Hacker News Clone

Tips for saving memory with Pandas

by bigsassy on 9/17/2021, 2:09:30 PM with 2 comments

by MrPowers on 9/21/2021, 3:45:20 AM
Here are the big tips I think the article missed:
Use the new string dtype that requires way less memory, see this video: https://youtu.be/_zoPmQ6J1aE. object types are really memory hungry and this new type is a game changer.
Use Parquet and leverage column pruning. `usecols` doesn't leverage column pruning.

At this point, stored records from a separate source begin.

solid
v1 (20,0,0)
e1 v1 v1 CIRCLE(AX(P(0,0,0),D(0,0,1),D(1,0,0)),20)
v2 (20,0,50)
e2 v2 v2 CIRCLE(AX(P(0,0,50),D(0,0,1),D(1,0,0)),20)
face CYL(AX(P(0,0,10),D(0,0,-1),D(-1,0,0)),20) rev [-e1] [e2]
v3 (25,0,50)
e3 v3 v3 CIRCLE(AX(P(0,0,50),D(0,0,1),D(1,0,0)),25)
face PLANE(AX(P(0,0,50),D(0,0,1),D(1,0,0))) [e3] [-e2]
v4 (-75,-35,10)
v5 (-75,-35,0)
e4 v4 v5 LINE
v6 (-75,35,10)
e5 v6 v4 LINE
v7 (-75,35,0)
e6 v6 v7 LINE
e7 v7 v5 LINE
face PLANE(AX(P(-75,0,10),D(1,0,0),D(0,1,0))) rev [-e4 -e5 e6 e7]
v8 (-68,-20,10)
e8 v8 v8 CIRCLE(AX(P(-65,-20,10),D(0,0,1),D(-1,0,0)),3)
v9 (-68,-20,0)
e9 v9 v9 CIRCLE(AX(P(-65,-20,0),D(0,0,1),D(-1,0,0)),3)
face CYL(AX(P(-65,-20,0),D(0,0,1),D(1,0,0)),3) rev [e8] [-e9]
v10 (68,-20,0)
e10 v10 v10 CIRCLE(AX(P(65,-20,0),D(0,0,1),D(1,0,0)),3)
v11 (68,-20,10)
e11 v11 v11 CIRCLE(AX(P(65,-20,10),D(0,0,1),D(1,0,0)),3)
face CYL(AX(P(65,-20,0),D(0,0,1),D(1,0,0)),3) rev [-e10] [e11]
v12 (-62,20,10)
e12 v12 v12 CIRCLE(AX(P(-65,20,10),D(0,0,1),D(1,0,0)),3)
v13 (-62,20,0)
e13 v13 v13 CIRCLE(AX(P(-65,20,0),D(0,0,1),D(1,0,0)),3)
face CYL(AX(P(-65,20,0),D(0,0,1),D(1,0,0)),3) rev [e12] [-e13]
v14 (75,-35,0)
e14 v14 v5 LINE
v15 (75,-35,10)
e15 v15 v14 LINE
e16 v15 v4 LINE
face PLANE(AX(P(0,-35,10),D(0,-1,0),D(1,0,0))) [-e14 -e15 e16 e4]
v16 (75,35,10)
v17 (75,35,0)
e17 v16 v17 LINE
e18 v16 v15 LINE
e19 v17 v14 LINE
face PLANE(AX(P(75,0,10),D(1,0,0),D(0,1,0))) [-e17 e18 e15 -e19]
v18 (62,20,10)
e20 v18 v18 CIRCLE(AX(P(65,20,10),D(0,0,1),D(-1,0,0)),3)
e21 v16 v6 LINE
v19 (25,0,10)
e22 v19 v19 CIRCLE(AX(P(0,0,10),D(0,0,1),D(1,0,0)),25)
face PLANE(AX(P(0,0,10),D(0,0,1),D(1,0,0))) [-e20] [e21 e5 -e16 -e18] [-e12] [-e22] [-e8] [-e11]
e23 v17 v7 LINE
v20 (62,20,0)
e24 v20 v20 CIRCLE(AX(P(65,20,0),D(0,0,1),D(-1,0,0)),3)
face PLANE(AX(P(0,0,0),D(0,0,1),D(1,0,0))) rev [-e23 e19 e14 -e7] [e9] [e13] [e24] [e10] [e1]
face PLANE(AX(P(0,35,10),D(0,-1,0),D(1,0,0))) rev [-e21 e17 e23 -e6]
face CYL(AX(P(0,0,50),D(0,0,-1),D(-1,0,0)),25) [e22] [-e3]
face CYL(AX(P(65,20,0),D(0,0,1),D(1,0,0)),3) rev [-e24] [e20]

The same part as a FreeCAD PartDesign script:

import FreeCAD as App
import Part
import Sketcher
from FreeCAD import Vector


def add_polygon(sketch, points):
    """Adds a closed chain of lines whose ends are joined by coincident constraints."""
    first, n = sketch.GeometryCount, len(points)
    for a, b in zip(points, points[1:] + points[:1]):
        sketch.addGeometry(Part.LineSegment(App.Vector(*a, 0), App.Vector(*b, 0)), False)
    for i in range(n):
        sketch.addConstraint(Sketcher.Constraint("Coincident", first + i, 2, first + (i + 1) % n, 1))

doc = App.newDocument("Part")
body = doc.addObject("PartDesign::Body", "Body")

sketch1 = body.newObject("Sketcher::SketchObject", "Sketch")
sketch1.AttachmentSupport = (doc.getObject("XY_Plane"), [""])
sketch1.MapMode = "FlatFace"
add_polygon(sketch1, [(-75, 35), (-75, -35), (75, -35), (75, 35)])
sketch1.addGeometry(Part.Circle(Vector(0, 0, 0), Vector(0, 0, 1), 20), False)
sketch1.addConstraint([
    Sketcher.Constraint("Vertical", 0),
    Sketcher.Constraint("Horizontal", 1),
    Sketcher.Constraint("Vertical", 2),
    Sketcher.Constraint("Horizontal", 3),
    Sketcher.Constraint("Coincident", 4, 3, -1, 1),
    Sketcher.Constraint("Symmetric", 0, 2, 2, 2, -1, 1),
    Sketcher.Constraint("Diameter", 4, 40.0),
    Sketcher.Constraint("DistanceX", 1, 1, 1, 2, 150.0),
    Sketcher.Constraint("DistanceY", 0, 2, 0, 1, 70.0),
])
pad1 = body.newObject("PartDesign::Pad", "Pad")
pad1.Profile = sketch1
pad1.Length = 10

sketch2 = body.newObject("Sketcher::SketchObject", "Sketch001")
sketch2.AttachmentSupport = (doc.getObject("XY_Plane"), [""])
sketch2.MapMode = "FlatFace"
sketch2.AttachmentOffset = App.Placement(Vector(0, 0, 10), App.Rotation())
sketch2.addGeometry([
    Part.Circle(Vector(0, 0, 0), Vector(0, 0, 1), 25),
    Part.Circle(Vector(0, 0, 0), Vector(0, 0, 1), 20),
], False)
sketch2.addConstraint([
    Sketcher.Constraint("Coincident", 0, 3, -1, 1),
    Sketcher.Constraint("Coincident", 1, 3, -1, 1),
    Sketcher.Constraint("Diameter", 0, 50.0),
    Sketcher.Constraint("Diameter", 1, 40.0),
])
pad2 = body.newObject("PartDesign::Pad", "Pad001")
pad2.Profile = sketch2
pad2.Length = 40

sketch3 = body.newObject("Sketcher::SketchObject", "Sketch002")
sketch3.AttachmentSupport = (doc.getObject("XY_Plane"), [""])
sketch3.MapMode = "FlatFace"
sketch3.AttachmentOffset = App.Placement(Vector(0, 0, 10), App.Rotation())
sketch3.addGeometry([
    Part.Circle(Vector(-65, 20, 0), Vector(0, 0, 1), 3),
    Part.Circle(Vector(-65, -20, 0), Vector(0, 0, 1), 3),
    Part.Circle(Vector(65, -20, 0), Vector(0, 0, 1), 3),
    Part.Circle(Vector(65, 20, 0), Vector(0, 0, 1), 3),
], False)
sketch3.addConstraint([
    Sketcher.Constraint("Equal", 0, 1),
    Sketcher.Constraint("Equal", 1, 2),
    Sketcher.Constraint("Equal", 2, 3),
    Sketcher.Constraint("Symmetric", 0, 3, 2, 3, -1, 1),
    Sketcher.Constraint("Symmetric", 1, 3, 3, 3, -1, 1),
    Sketcher.Constraint("Symmetric", 1, 3, 2, 3, -2),
    Sketcher.Constraint("Diameter", 0, 6.0),
    Sketcher.Constraint("DistanceX", 0, 3, -1, 1, 65.0),
    Sketcher.Constraint("DistanceY", -1, 1, 0, 3, 20.0),
])
pocket1 = body.newObject("PartDesign::Pocket", "Pocket")
pocket1.Profile = sketch3
pocket1.Type = "ThroughAll"

doc.recompute()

You need to use columnar file formats and specify the `columns` argument with `read_parquet`. You can never truly "skip" a column when using row based file formats like CSV. Spark optimizer does column projections automagically - you need to do them manually with Pandas.
Use predicate pushdown filtering to limit the data that's read into the DataFrame, here's a blog post I wrote on this: https://coiled.io/blog/parquet-column-pruning-predicate-push...
Use a technology like Dask (each partition in a Dask DataFrame is a Pandas DataFrame) that doesn't require everything to be stored in memory and can run computations in a streaming manner.
by mint2 on 9/21/2021, 12:22:38 AM
It’s useful to point out pitfalls of lower precision too. I don’t usually see these articles go over that.
Operations on a few million rows of float32s can give strange results. For example when summing. Df[“colA”].sum() can be fairly different than df.sort_index()[“colA”].sum(). It’s a trap for the unwary.